He seated himself at the piano and swept his hand up and down the keys, as if trying to drown his thoughts in a tempest of sound. But, do what he would, the thoughts spoke loudest; and after a while he leaned his head forward on the piano, lost in revery.
A soft little hand touched his head, and a feminine voice inquired, “What are you thinking of, Gerald?”
“Of you, my pearl,” he replied, rising hastily, and stooping to imprint a kiss on the forehead of his bride.
“And pray what were you thinking about me?” she asked.
“That you are the greatest beauty in the world, and that I love you better than man ever loved woman,” rejoined he. And so the game of courtship went on, till it was interrupted by a summons to supper.
When they returned some time later, the curtains were drawn and candles lighted. “You have not yet tried the piano,” said he, as he placed the music-stool.
She seated herself, and, after running up and down the keys, and saying she liked the tone of the instrument, she began to play and sing “Robin Adair.” She had a sweet, thin voice, and her style of playing indicated rather one who had learned music, than one whose soul lived in its element. Fitzgerald thought of the last singing he had heard at that piano; and without asking for another song, he began to sing to her accompaniment, “Drink to me only with thine eyes.” He had scarcely finished the line, “Leave a kiss within the cup, and I’ll not ask for wine,” when clear, liquid tones rose on the air, apparently from the veranda; and the words they carried on their wings were these:—
“Down in the meadow, ’mong
the clover,
I walked with Nelly by my side.
Now all those happy days are over,
Farewell, my dark Virginia bride.
Nelly was a lady;
Last night she died.
Toll the bell for lovely Nell,
My dark Virginia bride.”
The bride listened intensely, her fingers resting lightly on the keys, and when the sounds—died away she started up, exclaiming, “What a voice! I never heard anything like it.”

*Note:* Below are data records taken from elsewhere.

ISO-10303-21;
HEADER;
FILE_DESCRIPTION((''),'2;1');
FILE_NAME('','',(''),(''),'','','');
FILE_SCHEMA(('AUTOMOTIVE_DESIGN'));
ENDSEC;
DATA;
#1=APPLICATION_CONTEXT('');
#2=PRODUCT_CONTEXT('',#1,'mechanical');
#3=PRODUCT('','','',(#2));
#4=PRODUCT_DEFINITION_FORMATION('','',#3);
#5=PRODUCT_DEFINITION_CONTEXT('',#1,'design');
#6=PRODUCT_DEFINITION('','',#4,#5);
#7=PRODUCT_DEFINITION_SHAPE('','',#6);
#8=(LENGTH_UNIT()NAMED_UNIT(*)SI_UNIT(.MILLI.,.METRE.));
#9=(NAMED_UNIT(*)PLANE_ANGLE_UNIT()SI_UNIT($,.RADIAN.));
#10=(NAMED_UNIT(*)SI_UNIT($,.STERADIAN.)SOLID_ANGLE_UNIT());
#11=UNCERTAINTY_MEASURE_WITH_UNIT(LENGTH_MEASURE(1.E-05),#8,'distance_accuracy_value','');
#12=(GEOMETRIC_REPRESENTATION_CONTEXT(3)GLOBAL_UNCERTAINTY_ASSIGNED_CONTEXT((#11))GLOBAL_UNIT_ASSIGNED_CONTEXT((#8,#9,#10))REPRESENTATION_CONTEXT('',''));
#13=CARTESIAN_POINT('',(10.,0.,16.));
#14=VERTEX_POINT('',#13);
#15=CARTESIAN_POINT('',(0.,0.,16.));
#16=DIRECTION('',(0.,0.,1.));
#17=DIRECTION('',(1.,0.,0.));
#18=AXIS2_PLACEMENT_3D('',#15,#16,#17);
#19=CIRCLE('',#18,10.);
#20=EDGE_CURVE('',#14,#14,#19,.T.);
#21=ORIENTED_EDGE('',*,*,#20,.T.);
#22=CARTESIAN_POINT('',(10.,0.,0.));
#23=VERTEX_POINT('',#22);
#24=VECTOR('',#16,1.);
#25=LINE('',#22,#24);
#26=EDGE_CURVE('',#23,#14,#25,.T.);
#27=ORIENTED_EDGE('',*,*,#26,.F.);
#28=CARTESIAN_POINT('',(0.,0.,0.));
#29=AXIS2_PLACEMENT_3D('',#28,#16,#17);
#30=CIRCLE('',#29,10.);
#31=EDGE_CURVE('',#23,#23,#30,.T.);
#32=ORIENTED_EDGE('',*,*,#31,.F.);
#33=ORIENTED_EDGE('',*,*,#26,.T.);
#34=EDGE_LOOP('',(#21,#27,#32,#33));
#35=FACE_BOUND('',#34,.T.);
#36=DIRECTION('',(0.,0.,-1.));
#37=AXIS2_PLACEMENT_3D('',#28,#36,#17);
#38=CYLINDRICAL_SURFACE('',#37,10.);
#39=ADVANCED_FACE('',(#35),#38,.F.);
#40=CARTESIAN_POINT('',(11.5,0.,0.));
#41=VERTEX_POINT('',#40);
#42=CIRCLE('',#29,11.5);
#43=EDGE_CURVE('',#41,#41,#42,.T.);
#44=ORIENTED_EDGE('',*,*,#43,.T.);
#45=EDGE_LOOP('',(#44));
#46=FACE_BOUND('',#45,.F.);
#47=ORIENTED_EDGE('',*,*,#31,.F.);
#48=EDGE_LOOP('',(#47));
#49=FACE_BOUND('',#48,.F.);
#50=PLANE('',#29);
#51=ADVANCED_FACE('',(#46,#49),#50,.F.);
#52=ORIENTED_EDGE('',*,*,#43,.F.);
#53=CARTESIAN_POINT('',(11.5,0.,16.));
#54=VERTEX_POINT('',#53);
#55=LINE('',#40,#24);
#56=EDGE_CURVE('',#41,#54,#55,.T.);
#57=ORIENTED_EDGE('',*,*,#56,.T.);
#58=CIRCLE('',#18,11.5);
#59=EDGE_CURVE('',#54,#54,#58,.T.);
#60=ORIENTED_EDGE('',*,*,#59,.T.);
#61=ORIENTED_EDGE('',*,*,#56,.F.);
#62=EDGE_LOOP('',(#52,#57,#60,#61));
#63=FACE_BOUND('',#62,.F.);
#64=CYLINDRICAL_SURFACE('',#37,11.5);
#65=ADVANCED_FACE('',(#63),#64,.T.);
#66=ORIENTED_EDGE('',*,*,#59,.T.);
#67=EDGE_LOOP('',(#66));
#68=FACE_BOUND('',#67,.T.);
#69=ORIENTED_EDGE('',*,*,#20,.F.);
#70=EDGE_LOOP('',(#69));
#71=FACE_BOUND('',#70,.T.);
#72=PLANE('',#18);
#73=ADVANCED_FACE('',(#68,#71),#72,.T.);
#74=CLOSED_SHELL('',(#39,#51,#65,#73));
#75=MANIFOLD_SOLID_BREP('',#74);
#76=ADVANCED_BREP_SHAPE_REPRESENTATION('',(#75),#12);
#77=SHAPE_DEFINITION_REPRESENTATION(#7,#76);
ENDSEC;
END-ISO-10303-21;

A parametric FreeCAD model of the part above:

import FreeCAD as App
import Part
import Sketcher
Q = App.Units.Quantity

doc = App.newDocument("Part")
body = doc.addObject("PartDesign::Body", "Body")

sketch1 = doc.addObject("Sketcher::SketchObject", "Sketch")
body.addObject(sketch1)
sketch1.AttachmentSupport = (doc.XY_Plane, [""])
sketch1.MapMode = "FlatFace"
sketch1.addGeometry([
    Part.Circle(App.Vector(0, 0, 0), App.Vector(0, 0, 1), 12),
    Part.Circle(App.Vector(0, 0, 0), App.Vector(0, 0, 1), 10),
], False)
sketch1.addConstraint([
    Sketcher.Constraint("Coincident", 0, 3, -1, 1),
    Sketcher.Constraint("Coincident", 1, 3, -1, 1),
    Sketcher.Constraint("Diameter", 0, Q("23 mm")),
    Sketcher.Constraint("Diameter", 1, Q("20 mm")),
])
pad1 = doc.addObject("PartDesign::Pad", "Pad")
body.addObject(pad1)
pad1.Profile = sketch1
pad1.Length = 16

doc.recompute()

She moved eagerly toward the veranda, but was suddenly arrested by her husband. “No, no, darling,” said he. “You mustn’t expose yourself to the night air.”
“Then do go out yourself and bring her in,” urged she. “I must hear more of that voice. Who is she?”
“One of the darkies, I suppose,” rejoined he. “You know they all have musical gifts.”
“Not such gifts as that, I imagine,” she replied. “Do go out and bring her in.”
She was about to draw the curtain aside to look out, when he nervously called her attention to another window. “See here!” he exclaimed. “My people are gathering to welcome their new missis. In answer to Tom’s request, I told him I would introduce you to them to-night. But you are tired, and I am afraid you will take cold in the evening air; so we will postpone the ceremony until to-morrow.”